== Segment start ==
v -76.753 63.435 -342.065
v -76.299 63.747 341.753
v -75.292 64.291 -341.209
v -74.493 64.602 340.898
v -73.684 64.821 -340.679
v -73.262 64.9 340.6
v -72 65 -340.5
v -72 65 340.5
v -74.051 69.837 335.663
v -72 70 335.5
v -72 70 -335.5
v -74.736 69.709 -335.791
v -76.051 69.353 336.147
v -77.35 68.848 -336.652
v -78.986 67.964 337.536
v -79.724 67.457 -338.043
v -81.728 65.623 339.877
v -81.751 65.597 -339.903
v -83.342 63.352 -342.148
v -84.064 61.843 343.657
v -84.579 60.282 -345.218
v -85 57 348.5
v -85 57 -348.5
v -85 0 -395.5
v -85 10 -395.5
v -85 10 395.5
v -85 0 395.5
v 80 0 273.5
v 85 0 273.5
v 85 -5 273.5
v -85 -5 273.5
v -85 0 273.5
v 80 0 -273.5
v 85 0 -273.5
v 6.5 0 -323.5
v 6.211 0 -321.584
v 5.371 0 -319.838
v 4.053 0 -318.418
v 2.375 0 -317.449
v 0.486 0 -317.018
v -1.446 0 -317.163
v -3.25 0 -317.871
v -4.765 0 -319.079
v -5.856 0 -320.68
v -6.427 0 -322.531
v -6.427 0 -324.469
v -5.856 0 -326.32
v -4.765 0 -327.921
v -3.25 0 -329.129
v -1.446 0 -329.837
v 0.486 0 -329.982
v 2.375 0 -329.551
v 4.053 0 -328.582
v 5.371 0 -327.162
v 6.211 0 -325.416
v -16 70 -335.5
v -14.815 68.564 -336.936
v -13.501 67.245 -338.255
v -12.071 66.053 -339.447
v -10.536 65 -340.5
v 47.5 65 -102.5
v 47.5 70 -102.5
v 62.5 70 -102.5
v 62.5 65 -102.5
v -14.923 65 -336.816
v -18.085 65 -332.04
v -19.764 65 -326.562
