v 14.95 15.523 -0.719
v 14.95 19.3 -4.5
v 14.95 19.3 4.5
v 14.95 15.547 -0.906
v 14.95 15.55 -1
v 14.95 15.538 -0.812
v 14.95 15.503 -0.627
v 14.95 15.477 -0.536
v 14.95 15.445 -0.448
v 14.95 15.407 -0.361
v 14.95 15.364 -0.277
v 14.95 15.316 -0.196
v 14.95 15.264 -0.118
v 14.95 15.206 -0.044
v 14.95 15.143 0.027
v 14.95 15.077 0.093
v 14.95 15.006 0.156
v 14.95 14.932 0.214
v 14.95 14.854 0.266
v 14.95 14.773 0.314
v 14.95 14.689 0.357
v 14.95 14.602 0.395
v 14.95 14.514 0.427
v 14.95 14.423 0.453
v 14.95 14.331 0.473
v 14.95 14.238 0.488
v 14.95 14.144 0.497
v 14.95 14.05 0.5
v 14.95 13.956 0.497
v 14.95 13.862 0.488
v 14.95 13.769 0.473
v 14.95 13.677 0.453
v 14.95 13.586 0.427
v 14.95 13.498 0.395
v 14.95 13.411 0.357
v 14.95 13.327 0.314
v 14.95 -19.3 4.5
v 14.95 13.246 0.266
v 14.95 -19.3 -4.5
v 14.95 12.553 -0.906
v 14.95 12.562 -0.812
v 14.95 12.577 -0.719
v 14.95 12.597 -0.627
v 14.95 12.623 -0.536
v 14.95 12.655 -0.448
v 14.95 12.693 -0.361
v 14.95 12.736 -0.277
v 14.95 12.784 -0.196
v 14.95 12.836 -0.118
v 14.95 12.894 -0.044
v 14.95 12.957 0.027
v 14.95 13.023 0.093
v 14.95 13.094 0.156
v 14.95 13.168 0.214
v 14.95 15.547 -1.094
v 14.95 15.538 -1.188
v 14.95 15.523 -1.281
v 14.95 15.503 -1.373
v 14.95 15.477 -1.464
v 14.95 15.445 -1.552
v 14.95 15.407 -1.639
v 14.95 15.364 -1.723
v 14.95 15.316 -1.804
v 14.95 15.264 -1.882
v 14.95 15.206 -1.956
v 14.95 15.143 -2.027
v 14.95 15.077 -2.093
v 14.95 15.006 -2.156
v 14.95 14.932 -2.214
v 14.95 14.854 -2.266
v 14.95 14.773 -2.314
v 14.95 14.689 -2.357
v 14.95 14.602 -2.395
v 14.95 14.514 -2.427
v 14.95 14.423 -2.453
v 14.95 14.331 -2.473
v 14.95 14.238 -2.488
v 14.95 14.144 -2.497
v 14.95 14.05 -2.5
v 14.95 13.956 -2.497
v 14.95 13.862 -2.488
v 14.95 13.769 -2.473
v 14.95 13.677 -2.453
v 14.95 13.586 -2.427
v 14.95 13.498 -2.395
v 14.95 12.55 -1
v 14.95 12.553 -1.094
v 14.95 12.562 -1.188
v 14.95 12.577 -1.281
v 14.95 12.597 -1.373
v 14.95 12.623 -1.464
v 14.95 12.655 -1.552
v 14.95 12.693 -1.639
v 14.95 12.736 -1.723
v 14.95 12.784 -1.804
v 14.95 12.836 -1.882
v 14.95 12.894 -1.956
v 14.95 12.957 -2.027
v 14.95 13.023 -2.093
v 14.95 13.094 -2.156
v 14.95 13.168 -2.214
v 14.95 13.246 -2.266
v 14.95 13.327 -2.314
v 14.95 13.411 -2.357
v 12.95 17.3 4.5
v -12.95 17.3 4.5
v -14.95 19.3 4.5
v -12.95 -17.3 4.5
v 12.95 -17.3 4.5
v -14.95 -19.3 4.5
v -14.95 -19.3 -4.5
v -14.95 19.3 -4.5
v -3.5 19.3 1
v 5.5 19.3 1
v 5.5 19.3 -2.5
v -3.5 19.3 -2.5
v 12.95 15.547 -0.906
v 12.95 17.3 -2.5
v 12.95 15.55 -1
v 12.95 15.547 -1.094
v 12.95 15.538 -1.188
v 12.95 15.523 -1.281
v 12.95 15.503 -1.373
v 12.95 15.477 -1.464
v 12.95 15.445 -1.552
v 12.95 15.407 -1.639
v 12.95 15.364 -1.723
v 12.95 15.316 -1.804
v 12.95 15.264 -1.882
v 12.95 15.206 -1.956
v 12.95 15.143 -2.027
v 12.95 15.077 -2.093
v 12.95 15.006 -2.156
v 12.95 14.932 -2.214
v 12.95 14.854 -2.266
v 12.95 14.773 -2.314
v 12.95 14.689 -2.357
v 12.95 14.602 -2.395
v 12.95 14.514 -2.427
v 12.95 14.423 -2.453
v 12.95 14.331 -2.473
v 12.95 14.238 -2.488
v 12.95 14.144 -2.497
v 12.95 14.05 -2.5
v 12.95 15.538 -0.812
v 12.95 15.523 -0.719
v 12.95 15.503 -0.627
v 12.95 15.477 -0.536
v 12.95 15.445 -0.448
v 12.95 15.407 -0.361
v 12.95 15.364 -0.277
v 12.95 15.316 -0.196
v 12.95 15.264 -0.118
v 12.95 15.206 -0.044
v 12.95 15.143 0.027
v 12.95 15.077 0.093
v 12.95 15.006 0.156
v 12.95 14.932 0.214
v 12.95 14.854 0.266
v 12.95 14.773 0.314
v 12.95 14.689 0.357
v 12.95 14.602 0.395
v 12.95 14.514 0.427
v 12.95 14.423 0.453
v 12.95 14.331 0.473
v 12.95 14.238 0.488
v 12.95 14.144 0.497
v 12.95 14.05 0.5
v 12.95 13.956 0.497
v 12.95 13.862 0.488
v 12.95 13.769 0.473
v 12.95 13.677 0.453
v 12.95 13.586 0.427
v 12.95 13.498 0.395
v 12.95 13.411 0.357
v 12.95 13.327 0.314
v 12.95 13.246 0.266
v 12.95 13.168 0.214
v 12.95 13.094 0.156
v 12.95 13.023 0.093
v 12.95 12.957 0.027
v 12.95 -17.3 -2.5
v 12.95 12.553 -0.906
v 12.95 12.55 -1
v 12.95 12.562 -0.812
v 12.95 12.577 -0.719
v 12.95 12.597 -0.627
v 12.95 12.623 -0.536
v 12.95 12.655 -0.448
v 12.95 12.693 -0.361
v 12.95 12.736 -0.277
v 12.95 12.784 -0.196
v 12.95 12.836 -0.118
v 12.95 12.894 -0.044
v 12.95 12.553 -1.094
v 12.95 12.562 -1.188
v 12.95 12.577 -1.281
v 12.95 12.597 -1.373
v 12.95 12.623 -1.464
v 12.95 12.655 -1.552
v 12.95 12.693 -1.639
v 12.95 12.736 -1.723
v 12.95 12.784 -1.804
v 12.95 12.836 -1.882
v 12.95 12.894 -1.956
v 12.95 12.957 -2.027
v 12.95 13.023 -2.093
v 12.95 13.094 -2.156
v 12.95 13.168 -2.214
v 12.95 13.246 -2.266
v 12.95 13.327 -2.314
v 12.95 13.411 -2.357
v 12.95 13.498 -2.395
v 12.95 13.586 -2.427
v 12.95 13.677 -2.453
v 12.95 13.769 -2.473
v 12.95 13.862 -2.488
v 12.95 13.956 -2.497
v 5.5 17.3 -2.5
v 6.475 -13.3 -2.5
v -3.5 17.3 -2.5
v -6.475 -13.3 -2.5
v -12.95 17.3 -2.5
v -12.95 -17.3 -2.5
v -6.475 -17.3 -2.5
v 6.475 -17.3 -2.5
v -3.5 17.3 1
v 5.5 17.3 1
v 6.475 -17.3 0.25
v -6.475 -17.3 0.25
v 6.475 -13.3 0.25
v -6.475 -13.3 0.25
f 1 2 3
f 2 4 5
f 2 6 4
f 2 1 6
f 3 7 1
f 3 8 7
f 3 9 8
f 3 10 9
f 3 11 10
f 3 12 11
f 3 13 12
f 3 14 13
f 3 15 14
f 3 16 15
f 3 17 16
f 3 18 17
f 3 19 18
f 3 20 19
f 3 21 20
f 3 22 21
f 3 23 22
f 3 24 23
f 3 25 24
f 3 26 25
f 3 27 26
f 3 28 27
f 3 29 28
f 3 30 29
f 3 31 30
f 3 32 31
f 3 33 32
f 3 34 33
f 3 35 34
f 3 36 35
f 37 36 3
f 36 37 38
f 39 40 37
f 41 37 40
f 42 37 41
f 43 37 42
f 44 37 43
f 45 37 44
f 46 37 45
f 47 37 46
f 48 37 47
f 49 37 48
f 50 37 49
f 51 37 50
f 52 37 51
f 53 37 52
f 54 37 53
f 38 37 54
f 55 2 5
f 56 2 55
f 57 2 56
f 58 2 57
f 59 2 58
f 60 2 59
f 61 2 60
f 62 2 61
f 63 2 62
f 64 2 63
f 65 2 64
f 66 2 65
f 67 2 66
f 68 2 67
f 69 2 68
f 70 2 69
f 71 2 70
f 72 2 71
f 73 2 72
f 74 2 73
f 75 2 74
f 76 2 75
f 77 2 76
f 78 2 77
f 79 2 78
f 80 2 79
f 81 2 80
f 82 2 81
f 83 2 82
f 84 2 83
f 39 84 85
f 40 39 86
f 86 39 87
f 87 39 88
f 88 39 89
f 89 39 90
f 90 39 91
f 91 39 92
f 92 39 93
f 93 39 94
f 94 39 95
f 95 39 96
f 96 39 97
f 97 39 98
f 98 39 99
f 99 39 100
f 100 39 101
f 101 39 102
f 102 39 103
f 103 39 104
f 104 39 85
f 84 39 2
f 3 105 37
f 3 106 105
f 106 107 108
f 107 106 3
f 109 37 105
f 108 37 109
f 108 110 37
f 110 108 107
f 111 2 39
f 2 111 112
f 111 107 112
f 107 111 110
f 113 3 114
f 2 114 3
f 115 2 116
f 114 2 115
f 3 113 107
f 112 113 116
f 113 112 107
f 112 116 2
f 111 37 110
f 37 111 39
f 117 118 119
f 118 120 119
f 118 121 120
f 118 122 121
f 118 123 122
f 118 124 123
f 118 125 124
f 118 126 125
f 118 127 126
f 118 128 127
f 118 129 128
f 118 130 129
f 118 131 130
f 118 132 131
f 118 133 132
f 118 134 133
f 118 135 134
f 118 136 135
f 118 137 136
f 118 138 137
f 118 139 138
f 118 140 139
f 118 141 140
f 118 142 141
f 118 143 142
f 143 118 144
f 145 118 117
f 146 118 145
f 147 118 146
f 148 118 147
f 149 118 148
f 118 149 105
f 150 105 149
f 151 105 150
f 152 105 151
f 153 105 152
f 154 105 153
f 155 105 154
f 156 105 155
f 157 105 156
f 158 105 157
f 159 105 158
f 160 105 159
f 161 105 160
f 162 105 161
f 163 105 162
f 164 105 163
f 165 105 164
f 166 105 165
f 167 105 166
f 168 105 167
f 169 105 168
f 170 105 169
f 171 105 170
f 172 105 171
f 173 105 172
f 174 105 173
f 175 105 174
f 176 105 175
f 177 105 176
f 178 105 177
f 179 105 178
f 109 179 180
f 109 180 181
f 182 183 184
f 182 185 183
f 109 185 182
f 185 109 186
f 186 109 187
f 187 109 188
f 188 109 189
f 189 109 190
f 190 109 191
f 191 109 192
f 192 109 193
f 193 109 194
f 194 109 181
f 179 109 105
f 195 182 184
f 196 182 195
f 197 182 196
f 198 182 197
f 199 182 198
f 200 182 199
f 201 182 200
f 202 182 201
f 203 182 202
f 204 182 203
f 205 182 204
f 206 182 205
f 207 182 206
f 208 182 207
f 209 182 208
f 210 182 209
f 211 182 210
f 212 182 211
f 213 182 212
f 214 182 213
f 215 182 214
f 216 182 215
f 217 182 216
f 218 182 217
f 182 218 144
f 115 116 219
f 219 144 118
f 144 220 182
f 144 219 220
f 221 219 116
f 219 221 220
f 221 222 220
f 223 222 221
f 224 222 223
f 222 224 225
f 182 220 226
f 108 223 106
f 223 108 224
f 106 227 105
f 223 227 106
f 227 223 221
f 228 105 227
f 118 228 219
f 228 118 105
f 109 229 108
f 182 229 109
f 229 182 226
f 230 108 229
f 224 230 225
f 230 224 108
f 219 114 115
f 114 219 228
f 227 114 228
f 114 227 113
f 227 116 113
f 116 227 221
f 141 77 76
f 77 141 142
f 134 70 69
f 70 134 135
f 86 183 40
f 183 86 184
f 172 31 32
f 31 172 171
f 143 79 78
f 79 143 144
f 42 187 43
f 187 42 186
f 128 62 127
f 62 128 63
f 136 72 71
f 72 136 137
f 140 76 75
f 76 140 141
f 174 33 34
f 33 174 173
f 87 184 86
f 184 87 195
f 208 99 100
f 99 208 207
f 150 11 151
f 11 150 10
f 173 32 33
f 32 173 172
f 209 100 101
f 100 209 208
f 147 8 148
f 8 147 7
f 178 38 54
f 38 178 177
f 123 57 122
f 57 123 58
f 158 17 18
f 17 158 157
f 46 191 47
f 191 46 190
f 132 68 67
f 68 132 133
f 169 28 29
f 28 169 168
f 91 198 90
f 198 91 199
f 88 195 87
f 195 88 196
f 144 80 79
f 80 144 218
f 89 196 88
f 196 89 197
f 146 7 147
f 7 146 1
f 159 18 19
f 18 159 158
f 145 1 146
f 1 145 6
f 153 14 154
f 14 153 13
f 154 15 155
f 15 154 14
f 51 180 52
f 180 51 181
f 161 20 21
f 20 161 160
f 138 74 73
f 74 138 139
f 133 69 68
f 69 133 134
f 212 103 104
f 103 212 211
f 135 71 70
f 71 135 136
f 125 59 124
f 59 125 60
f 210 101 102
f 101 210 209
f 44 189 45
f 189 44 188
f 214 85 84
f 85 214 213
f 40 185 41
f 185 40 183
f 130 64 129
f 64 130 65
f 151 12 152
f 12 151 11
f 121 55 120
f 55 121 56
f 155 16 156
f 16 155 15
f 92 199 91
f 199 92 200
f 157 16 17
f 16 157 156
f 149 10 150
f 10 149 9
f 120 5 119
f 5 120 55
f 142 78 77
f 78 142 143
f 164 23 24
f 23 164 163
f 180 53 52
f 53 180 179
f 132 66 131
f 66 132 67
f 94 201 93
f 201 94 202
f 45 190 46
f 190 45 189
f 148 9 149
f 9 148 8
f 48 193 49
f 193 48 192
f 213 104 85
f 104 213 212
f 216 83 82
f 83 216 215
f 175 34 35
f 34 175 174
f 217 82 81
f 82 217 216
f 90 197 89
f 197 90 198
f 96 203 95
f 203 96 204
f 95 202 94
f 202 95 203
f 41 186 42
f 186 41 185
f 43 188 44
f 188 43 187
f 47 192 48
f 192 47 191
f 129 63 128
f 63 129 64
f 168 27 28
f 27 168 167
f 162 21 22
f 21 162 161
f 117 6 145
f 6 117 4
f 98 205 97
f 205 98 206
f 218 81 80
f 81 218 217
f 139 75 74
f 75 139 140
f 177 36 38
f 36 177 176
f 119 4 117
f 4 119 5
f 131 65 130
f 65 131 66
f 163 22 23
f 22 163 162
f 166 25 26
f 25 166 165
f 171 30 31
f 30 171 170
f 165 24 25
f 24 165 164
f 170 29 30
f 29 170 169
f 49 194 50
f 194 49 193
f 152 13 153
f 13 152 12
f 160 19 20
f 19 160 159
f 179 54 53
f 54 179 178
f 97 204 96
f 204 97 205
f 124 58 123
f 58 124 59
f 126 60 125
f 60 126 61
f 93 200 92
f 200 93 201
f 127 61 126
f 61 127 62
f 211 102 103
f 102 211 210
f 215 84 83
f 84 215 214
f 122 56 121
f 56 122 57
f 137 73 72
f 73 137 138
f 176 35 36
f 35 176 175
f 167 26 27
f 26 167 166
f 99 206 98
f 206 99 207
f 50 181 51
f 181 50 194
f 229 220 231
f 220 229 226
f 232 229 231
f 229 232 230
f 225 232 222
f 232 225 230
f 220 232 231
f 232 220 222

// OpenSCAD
$fn = 100;

/*

This case is designed for a Wemos D1 Mini clone with a DS18B20 shield.

Original items:

* Wemos D1 Mini clone: https://www.ebay.co.uk/itm/363891216533
* DS18B20 shield: https://www.ebay.co.uk/itm/313603433601

*/

pcb_length = 34.6;
pcb_width = 25.9;
pcb_height = 7; //17.1; // height from bottom of USB socket to top board, excluding sensor poking out top

usb_socket_width = 9;
usb_socket_height = 3.5;
usb_socket_offset = 1;

pcb_lip_height = usb_socket_height;
pcb_lip_depth = 4;

sensor_diameter = 5;
case_wall_thickness = 2;

reset_hole_diameter = 3;
reset_hole_offset = 4.5; // distance from edge
// Build crude case

module crude_case() {
    difference() {
        cube([pcb_width + (2*case_wall_thickness), pcb_length + (2*case_wall_thickness), pcb_height + (case_wall_thickness)], center=true);
        translate([0,0,case_wall_thickness/2])
        cube([pcb_width, pcb_length, pcb_height], center=true);
    }
}

// usb hole
module usb_hole() {
    translate([usb_socket_offset, (pcb_length + case_wall_thickness)/2, -(pcb_height/2) + (usb_socket_height/2) + (case_wall_thickness/2)]) cube([usb_socket_width, case_wall_thickness, usb_socket_height], center = true);
}

// reset hole

module reset_hole() {
    translate([((pcb_width+case_wall_thickness)/2), pcb_length/2 - case_wall_thickness/2 - reset_hole_offset/2,-(pcb_height/2) + case_wall_thickness/2 + reset_hole_diameter/2]) rotate([0,90,0]) cylinder(h = case_wall_thickness, d = reset_hole_diameter, center = true);
}

// pcb lip

module pcb_lip() {
    translate([0,-pcb_length/2 + case_wall_thickness,-pcb_height/2 + case_wall_thickness]) cube([pcb_width/2, pcb_lip_depth, pcb_lip_height], center = true);
}

// combine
== Segment end ==
Exercise >>
Copy out only the lines above from the one with "v 85 0 -273.5" to the one with "v -1.446 0 -329.837", inclusive, exactly as they stand.

Exercise response >>
v 85 0 -273.5
v 6.5 0 -323.5
v 6.211 0 -321.584
v 5.371 0 -319.838
v 4.053 0 -318.418
v 2.375 0 -317.449
v 0.486 0 -317.018
v -1.446 0 -317.163
v -3.25 0 -317.871
v -4.765 0 -319.079
v -5.856 0 -320.68
v -6.427 0 -322.531
v -6.427 0 -324.469
v -5.856 0 -326.32
v -4.765 0 -327.921
v -3.25 0 -329.129
v -1.446 0 -329.837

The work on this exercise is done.